Рассказывая вечером дома об этом эпизоде, мой герой-неудачник принялся вдруг описывать заморенные традисканции в черных чашах светильников. В этом увидел он вдруг символ того, что вещи окончательно потеряли свое первоначальное назначение. Все тяготело выломиться в противоположность себе. “Ты помнишь “451 градус по Фаренгейту”? — яростно вопрошал он. — Пожарные не тушат пожары, а сами их устраивают. А у нас врачи не лечат, а только дают справку о том, что человек не может работать. Милиция не охраняет, а выслеживает и ловит нас. И атомные станции не для того строят, чтоб энергию качать, а чтоб делать плутоний, начинку для бомб. Эта страна обречена. Когда все работают на войну и основная цель труда — убивать людей, человек не может нормально жить”.

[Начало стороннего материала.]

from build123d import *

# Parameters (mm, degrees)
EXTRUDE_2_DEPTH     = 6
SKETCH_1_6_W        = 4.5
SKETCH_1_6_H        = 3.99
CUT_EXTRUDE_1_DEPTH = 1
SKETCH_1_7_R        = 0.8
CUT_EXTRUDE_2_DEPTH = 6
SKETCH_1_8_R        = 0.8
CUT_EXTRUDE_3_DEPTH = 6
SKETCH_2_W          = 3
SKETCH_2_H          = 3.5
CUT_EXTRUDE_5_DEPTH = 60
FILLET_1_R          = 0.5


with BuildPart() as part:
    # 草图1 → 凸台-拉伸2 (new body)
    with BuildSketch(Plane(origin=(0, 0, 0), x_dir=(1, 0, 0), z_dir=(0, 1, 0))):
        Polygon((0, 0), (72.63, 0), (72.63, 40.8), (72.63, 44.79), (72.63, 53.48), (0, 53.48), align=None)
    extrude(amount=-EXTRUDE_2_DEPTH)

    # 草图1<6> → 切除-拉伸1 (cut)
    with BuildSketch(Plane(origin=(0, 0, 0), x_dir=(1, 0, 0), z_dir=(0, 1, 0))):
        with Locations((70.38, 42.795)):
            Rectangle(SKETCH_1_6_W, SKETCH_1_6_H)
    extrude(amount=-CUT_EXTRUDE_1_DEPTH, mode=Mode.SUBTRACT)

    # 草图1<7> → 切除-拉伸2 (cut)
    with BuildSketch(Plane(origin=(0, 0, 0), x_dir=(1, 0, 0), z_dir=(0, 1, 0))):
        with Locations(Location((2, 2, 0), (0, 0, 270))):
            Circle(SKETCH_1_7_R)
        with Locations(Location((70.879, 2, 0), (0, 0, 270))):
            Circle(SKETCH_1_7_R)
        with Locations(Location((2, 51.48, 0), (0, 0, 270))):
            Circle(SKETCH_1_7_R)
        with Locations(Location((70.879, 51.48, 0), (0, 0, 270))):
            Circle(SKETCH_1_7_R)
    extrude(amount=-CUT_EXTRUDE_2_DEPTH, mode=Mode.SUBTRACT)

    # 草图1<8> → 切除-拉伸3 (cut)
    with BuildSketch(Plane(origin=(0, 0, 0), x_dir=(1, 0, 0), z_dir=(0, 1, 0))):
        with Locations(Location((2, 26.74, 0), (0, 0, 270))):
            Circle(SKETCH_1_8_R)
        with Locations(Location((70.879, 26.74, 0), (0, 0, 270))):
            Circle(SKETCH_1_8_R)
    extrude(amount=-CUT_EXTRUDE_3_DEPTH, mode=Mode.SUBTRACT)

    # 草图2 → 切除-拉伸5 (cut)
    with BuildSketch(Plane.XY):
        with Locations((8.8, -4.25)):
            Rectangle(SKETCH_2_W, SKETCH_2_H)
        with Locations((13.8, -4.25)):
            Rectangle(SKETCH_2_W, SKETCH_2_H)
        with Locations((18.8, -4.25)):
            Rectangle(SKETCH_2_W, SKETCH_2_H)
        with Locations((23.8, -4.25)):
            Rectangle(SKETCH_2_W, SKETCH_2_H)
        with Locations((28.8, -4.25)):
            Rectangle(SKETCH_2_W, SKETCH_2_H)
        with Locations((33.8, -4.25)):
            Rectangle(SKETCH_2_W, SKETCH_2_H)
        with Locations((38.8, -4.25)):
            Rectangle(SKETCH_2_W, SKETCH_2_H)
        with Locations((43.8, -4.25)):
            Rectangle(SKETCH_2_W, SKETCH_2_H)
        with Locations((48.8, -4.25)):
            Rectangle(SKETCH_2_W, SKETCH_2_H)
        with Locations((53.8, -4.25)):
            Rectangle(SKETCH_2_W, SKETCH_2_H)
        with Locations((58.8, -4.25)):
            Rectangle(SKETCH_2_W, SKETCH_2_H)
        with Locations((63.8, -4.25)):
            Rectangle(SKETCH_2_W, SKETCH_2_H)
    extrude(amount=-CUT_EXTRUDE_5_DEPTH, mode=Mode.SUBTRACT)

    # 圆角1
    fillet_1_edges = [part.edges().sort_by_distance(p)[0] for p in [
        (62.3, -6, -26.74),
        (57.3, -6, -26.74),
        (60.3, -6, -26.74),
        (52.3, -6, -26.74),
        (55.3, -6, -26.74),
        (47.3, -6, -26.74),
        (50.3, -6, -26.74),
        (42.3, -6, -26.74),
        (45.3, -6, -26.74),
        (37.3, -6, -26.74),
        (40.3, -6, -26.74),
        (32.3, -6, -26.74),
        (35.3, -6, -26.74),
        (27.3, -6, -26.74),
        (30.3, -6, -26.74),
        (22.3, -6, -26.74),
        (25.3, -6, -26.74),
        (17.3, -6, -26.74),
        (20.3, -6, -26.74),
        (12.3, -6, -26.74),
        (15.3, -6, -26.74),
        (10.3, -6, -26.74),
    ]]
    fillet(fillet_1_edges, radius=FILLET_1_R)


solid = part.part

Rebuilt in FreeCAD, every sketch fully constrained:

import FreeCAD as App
import Part
import Sketcher
from FreeCAD import Vector
Q = App.Units.Quantity


def edges_at(feature, points):
    """Names of the edges that pass closest to the given points."""
    edges = feature.Shape.Edges
    near = lambda p: min(range(len(edges)), key=lambda i: edges[i].distToShape(Part.Vertex(*p))[0])
    return sorted({f"Edge{near(p) + 1}" for p in points})


def add_polygon(sketch, points):
    """Adds a closed chain of lines whose ends are joined by coincident constraints."""
    first, n = sketch.GeometryCount, len(points)
    for a, b in zip(points, points[1:] + points[:1]):
        sketch.addGeometry(Part.LineSegment(App.Vector(*a, 0), App.Vector(*b, 0)), False)
    for i in range(n):
        sketch.addConstraint(Sketcher.Constraint("Coincident", first + i, 2, first + (i + 1) % n, 1))

doc = App.newDocument("Part")
body = doc.addObject("PartDesign::Body", "Body")

sketch1 = doc.addObject("Sketcher::SketchObject", "Sketch")
body.addObject(sketch1)
sketch1.AttachmentSupport = (doc.XZ_Plane, [""])
sketch1.MapMode = "FlatFace"
add_polygon(sketch1, [(0, 0), (73, 0), (73, -53), (0, -53)])
sketch1.addConstraint([
    Sketcher.Constraint("Horizontal", 0),
    Sketcher.Constraint("Vertical", 1),
    Sketcher.Constraint("Horizontal", 2),
    Sketcher.Constraint("Vertical", 3),
    Sketcher.Constraint("Coincident", 3, 2, -1, 1),
    Sketcher.Constraint("DistanceX", 0, 1, 0, 2, Q("72.63 mm")),
    Sketcher.Constraint("DistanceY", 1, 2, 1, 1, Q("53.48 mm")),
])
pad1 = doc.addObject("PartDesign::Pad", "Pad")
body.addObject(pad1)
pad1.Profile = sketch1
pad1.Length = 6

sketch2 = doc.addObject("Sketcher::SketchObject", "Sketch001")
body.addObject(sketch2)
sketch2.AttachmentSupport = (doc.XZ_Plane, [""])
sketch2.MapMode = "FlatFace"
add_polygon(sketch2, [(68.1, -44.8), (68.1, -40.8), (72.6, -40.8), (72.6, -44.8)])
sketch2.addConstraint([
    Sketcher.Constraint("Vertical", 0),
    Sketcher.Constraint("Horizontal", 1),
    Sketcher.Constraint("Vertical", 2),
    Sketcher.Constraint("Horizontal", 3),
    Sketcher.Constraint("DistanceX", 1, 1, 1, 2, Q("4.5 mm")),
    Sketcher.Constraint("DistanceY", 0, 1, 0, 2, Q("3.99 mm")),
    Sketcher.Constraint("DistanceY", 0, 2, -1, 1, Q("40.8 mm")),
    Sketcher.Constraint("DistanceX", -1, 1, 0, 2, Q("68.13 mm")),
])
pocket1 = doc.addObject("PartDesign::Pocket", "Pocket")
body.addObject(pocket1)
pocket1.Profile = sketch2
pocket1.Length = 1
pocket1.Reversed = True

sketch3 = doc.addObject("Sketcher::SketchObject", "Sketch002")
body.addObject(sketch3)
sketch3.AttachmentSupport = (doc.XZ_Plane, [""])
sketch3.MapMode = "FlatFace"
sketch3.addGeometry([
    Part.Circle(Vector(2, -2, 0), Vector(0, 0, 1), 0.8),
    Part.Circle(Vector(70.9, -2, 0), Vector(0, 0, 1), 0.8),
    Part.Circle(Vector(2, -51.5, 0), Vector(0, 0, 1), 0.8),
    Part.Circle(Vector(70.9, -51.5, 0), Vector(0, 0, 1), 0.8),
], False)
sketch3.addConstraint([
    Sketcher.Constraint("Equal", 0, 1),
    Sketcher.Constraint("Equal", 1, 2),
    Sketcher.Constraint("Equal", 2, 3),
    Sketcher.Constraint("Horizontal", 0, 3, 1, 3),
    Sketcher.Constraint("Horizontal", 2, 3, 3, 3),
    Sketcher.Constraint("Vertical", 0, 3, 2, 3),
    Sketcher.Constraint("Vertical", 1, 3, 3, 3),
    Sketcher.Constraint("Diameter", 0, Q("1.6 mm")),
    Sketcher.Constraint("DistanceX", -1, 1, 0, 3, Q("2 mm")),
    Sketcher.Constraint("DistanceY", 0, 3, -1, 1, Q("2 mm")),
    Sketcher.Constraint("DistanceY", 2, 3, -1, 1, Q("51.48 mm")),
    Sketcher.Constraint("DistanceX", -1, 1, 1, 3, Q("70.879 mm")),
])
pocket2 = doc.addObject("PartDesign::Pocket", "Pocket001")
body.addObject(pocket2)
pocket2.Profile = sketch3
pocket2.Length = 6
pocket2.Reversed = True

sketch4 = doc.addObject("Sketcher::SketchObject", "Sketch003")
body.addObject(sketch4)
sketch4.AttachmentSupport = (doc.XZ_Plane, [""])
sketch4.MapMode = "FlatFace"
sketch4.addGeometry([
    Part.Circle(Vector(2, -26.7, 0), Vector(0, 0, 1), 0.8),
    Part.Circle(Vector(70.9, -26.7, 0), Vector(0, 0, 1), 0.8),
], False)
sketch4.addConstraint([
    Sketcher.Constraint("Equal", 0, 1),
    Sketcher.Constraint("Horizontal", 0, 3, 1, 3),
    Sketcher.Constraint("Diameter", 0, Q("1.6 mm")),
    Sketcher.Constraint("DistanceX", -1, 1, 0, 3, Q("2 mm")),
    Sketcher.Constraint("DistanceY", 0, 3, -1, 1, Q("26.74 mm")),
    Sketcher.Constraint("DistanceX", -1, 1, 1, 3, Q("70.879 mm")),
])
pocket3 = doc.addObject("PartDesign::Pocket", "Pocket002")
body.addObject(pocket3)
pocket3.Profile = sketch4
pocket3.Length = 6
pocket3.Reversed = True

Обхватив мышцы его рук у локтевого сгиба, заполнив длани этой нежной плотью, она не могла остановить наката горлового стона, потому что видела беззащитность сурового своего друга, им самим неосознаваемую.
“Тебе так плохо оттого, что ты некрещенный”, — сказала она. Это было нечто новое. “Ты крещенная? Ну и что?” — саркастически вскинулся он на ее заявление. “Я чувствую защиту, каждую минуту чувствую, что не одна”.
Несмотря на то, что она выглядела теперь совсем неважно, у него возникало какое-то умиление от одного ее вида, хотя он не упускал случая поиздеваться над ее вдруг обнаружившейся медлительностью. “Была такой одухотворенной, а стала такой оплодотворенной”, — иронизировал он и уверял, что больше всего мужчина любит жену, когда она брюхата. Она еще надеялась, что обойдется, не подтвердится беременность, а он все повторял: “Как я хочу!” и ночью вдруг заговорил: “Вот я его в тебе чувствую”, ощутив, как юная плоть ее облекает и его самого, и младенца. Словно у этого нелюдима из всех вариантов жизни могло сбыться только одно предназначение — быть отцом. И действительно, у него были сильно развиты лобные бугры, как она знала, признак педагогических способностей.
Через два дня он прилетел с работы с новой идеей: “Ты должна слушать музыку. Ребенок слышит уже с первых дней после зачатья”. И на допотопном стереопроигрывателе “Аккорд” все ставил “Страсти по Матфею”, приговаривая, что Бахов было оттого так много, что каждый выучивался композиции еще в утробе матери, так как в семье постоянно музицировали.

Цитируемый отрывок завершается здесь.